## [Data excerpts]
----

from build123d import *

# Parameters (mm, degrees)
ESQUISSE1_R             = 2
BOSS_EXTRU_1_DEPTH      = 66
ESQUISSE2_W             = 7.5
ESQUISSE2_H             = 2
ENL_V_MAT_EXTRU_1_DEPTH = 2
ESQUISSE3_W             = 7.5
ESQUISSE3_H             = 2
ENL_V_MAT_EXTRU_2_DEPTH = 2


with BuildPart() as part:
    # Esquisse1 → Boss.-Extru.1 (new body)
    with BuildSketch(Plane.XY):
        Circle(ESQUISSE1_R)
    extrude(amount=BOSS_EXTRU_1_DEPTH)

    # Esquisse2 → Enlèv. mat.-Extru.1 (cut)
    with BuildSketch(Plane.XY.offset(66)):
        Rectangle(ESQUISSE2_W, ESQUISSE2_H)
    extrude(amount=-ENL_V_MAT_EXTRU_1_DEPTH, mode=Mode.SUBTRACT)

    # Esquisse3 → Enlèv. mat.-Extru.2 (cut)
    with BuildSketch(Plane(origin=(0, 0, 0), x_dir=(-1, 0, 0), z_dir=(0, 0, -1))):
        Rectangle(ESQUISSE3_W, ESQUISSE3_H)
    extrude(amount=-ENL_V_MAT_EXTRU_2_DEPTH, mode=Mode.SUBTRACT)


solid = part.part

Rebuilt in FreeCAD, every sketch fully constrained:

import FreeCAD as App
import Part
import Sketcher
from FreeCAD import Vector

doc = App.newDocument("Part")
params = doc.addObject("Spreadsheet::Sheet", "Params")
for row, (alias, value) in enumerate([
    ("sketch1_diameter", "4 mm"),
    ("pad1_length", "66 mm"),
    ("sketch2_height", "2 mm"),
    ("sketch2_width", "7.5 mm"),
    ("pocket1_length", "2 mm"),
    ("sketch3_height", "2 mm"),
    ("sketch3_width", "7.5 mm"),
    ("pocket2_length", "2 mm"),
], start=1):
    params.set(f"A{row}", alias)
    params.set(f"B{row}", "=" + value)
    params.setAlias(f"B{row}", alias)

body = doc.addObject("PartDesign::Body", "Body")

# Sketch on XY plane
sketch1 = body.newObject("Sketcher::SketchObject", "Sketch")
sketch1.AttachmentSupport = (doc.getObject("XY_Plane"), [""])
sketch1.MapMode = "FlatFace"
sketch1.addGeometry(Part.Circle(Vector(0, 0, 0), Vector(0, 0, 1), 2), False)
sketch1.addConstraint([
    Sketcher.Constraint("Coincident", 0, 3, -1, 1),
    Sketcher.Constraint("Diameter", 0, 4.0),
])
sketch1.setExpression("Constraints[1]", "Params.sketch1_diameter")
pad1 = body.newObject("PartDesign::Pad", "Pad")
pad1.Profile = sketch1
pad1.setExpression("Length", "Params.pad1_length")

# Sketch on XY plane
sketch2 = body.newObject("Sketcher::SketchObject", "Sketch001")
sketch2.AttachmentSupport = (doc.getObject("XY_Plane"), [""])
sketch2.MapMode = "FlatFace"
sketch2.AttachmentOffset = App.Placement(Vector(0, 0, 66), App.Rotation())
sketch2.addGeometry([
    Part.LineSegment(Vector(-3.8, 1, 0), Vector(-3.8, -1, 0)),
    Part.LineSegment(Vector(-3.8, -1, 0), Vector(3.8, -1, 0)),
    Part.LineSegment(Vector(3.8, -1, 0), Vector(3.8, 1, 0)),
    Part.LineSegment(Vector(3.8, 1, 0), Vector(-3.8, 1, 0)),
], False)
sketch2.addConstraint([
    Sketcher.Constraint("Coincident", 0, 2, 1, 1),
    Sketcher.Constraint("Coincident", 1, 2, 2, 1),
    Sketcher.Constraint("Coincident", 2, 2, 3, 1),
    Sketcher.Constraint("Coincident", 3, 2, 0, 1),
    Sketcher.Constraint("Vertical", 0),
    Sketcher.Constraint("Horizontal", 1),
    Sketcher.Constraint("Vertical", 2),
    Sketcher.Constraint("Horizontal", 3),
    Sketcher.Constraint("Symmetric", 0, 2, 2, 2, -1, 1),
    Sketcher.Constraint("DistanceY", 0, 2, 0, 1, 2.0),
    Sketcher.Constraint("DistanceX", 1, 1, 1, 2, 7.5),
])
sketch2.setExpression("Constraints[9]", "Params.sketch2_height")
sketch2.setExpression("Constraints[10]", "Params.sketch2_width")
pocket1 = body.newObject("PartDesign::Pocket", "Pocket")
pocket1.Profile = sketch2
pocket1.setExpression("Length", "Params.pocket1_length")

# Sketch on XY plane
sketch3 = body.newObject("Sketcher::SketchObject", "Sketch002")
sketch3.AttachmentSupport = (doc.getObject("XY_Plane"), [""])
sketch3.MapMode = "FlatFace"
sketch3.addGeometry([
    Part.LineSegment(Vector(3.8, 1, 0), Vector(3.8, -1, 0)),
    Part.LineSegment(Vector(3.8, -1, 0), Vector(-3.8, -1, 0)),
    Part.LineSegment(Vector(-3.8, -1, 0), Vector(-3.8, 1, 0)),
    Part.LineSegment(Vector(-3.8, 1, 0), Vector(3.8, 1, 0)),
], False)
sketch3.addConstraint([
    Sketcher.Constraint("Coincident", 0, 2, 1, 1),
    Sketcher.Constraint("Coincident", 1, 2, 2, 1),
    Sketcher.Constraint("Coincident", 2, 2, 3, 1),
    Sketcher.Constraint("Coincident", 3, 2, 0, 1),
    Sketcher.Constraint("Vertical", 0),
    Sketcher.Constraint("Horizontal", 1),
    Sketcher.Constraint("Vertical", 2),
    Sketcher.Constraint("Horizontal", 3),
    Sketcher.Constraint("Symmetric", 0, 2, 2, 2, -1, 1),
    Sketcher.Constraint("DistanceY", 0, 2, 0, 1, 2.0),
    Sketcher.Constraint("DistanceX", 1, 2, 1, 1, 7.5),
])
sketch3.setExpression("Constraints[9]", "Params.sketch3_height")
sketch3.setExpression("Constraints[10]", "Params.sketch3_width")
pocket2 = body.newObject("PartDesign::Pocket", "Pocket001")
pocket2.Profile = sketch3
pocket2.setExpression("Length", "Params.pocket2_length")
pocket2.Reversed = True

doc.recompute()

----

## [Task to carry out]
From the opening line of the data above through the line holding "with BuildPart() as", give every line again exactly as it stands.

## [Answer to this problem]
from build123d import *

# Parameters (mm, degrees)
ESQUISSE1_R             = 2
BOSS_EXTRU_1_DEPTH      = 66
ESQUISSE2_W             = 7.5
ESQUISSE2_H             = 2
ENL_V_MAT_EXTRU_1_DEPTH = 2
ESQUISSE3_W             = 7.5
ESQUISSE3_H             = 2
ENL_V_MAT_EXTRU_2_DEPTH = 2


with BuildPart() as part:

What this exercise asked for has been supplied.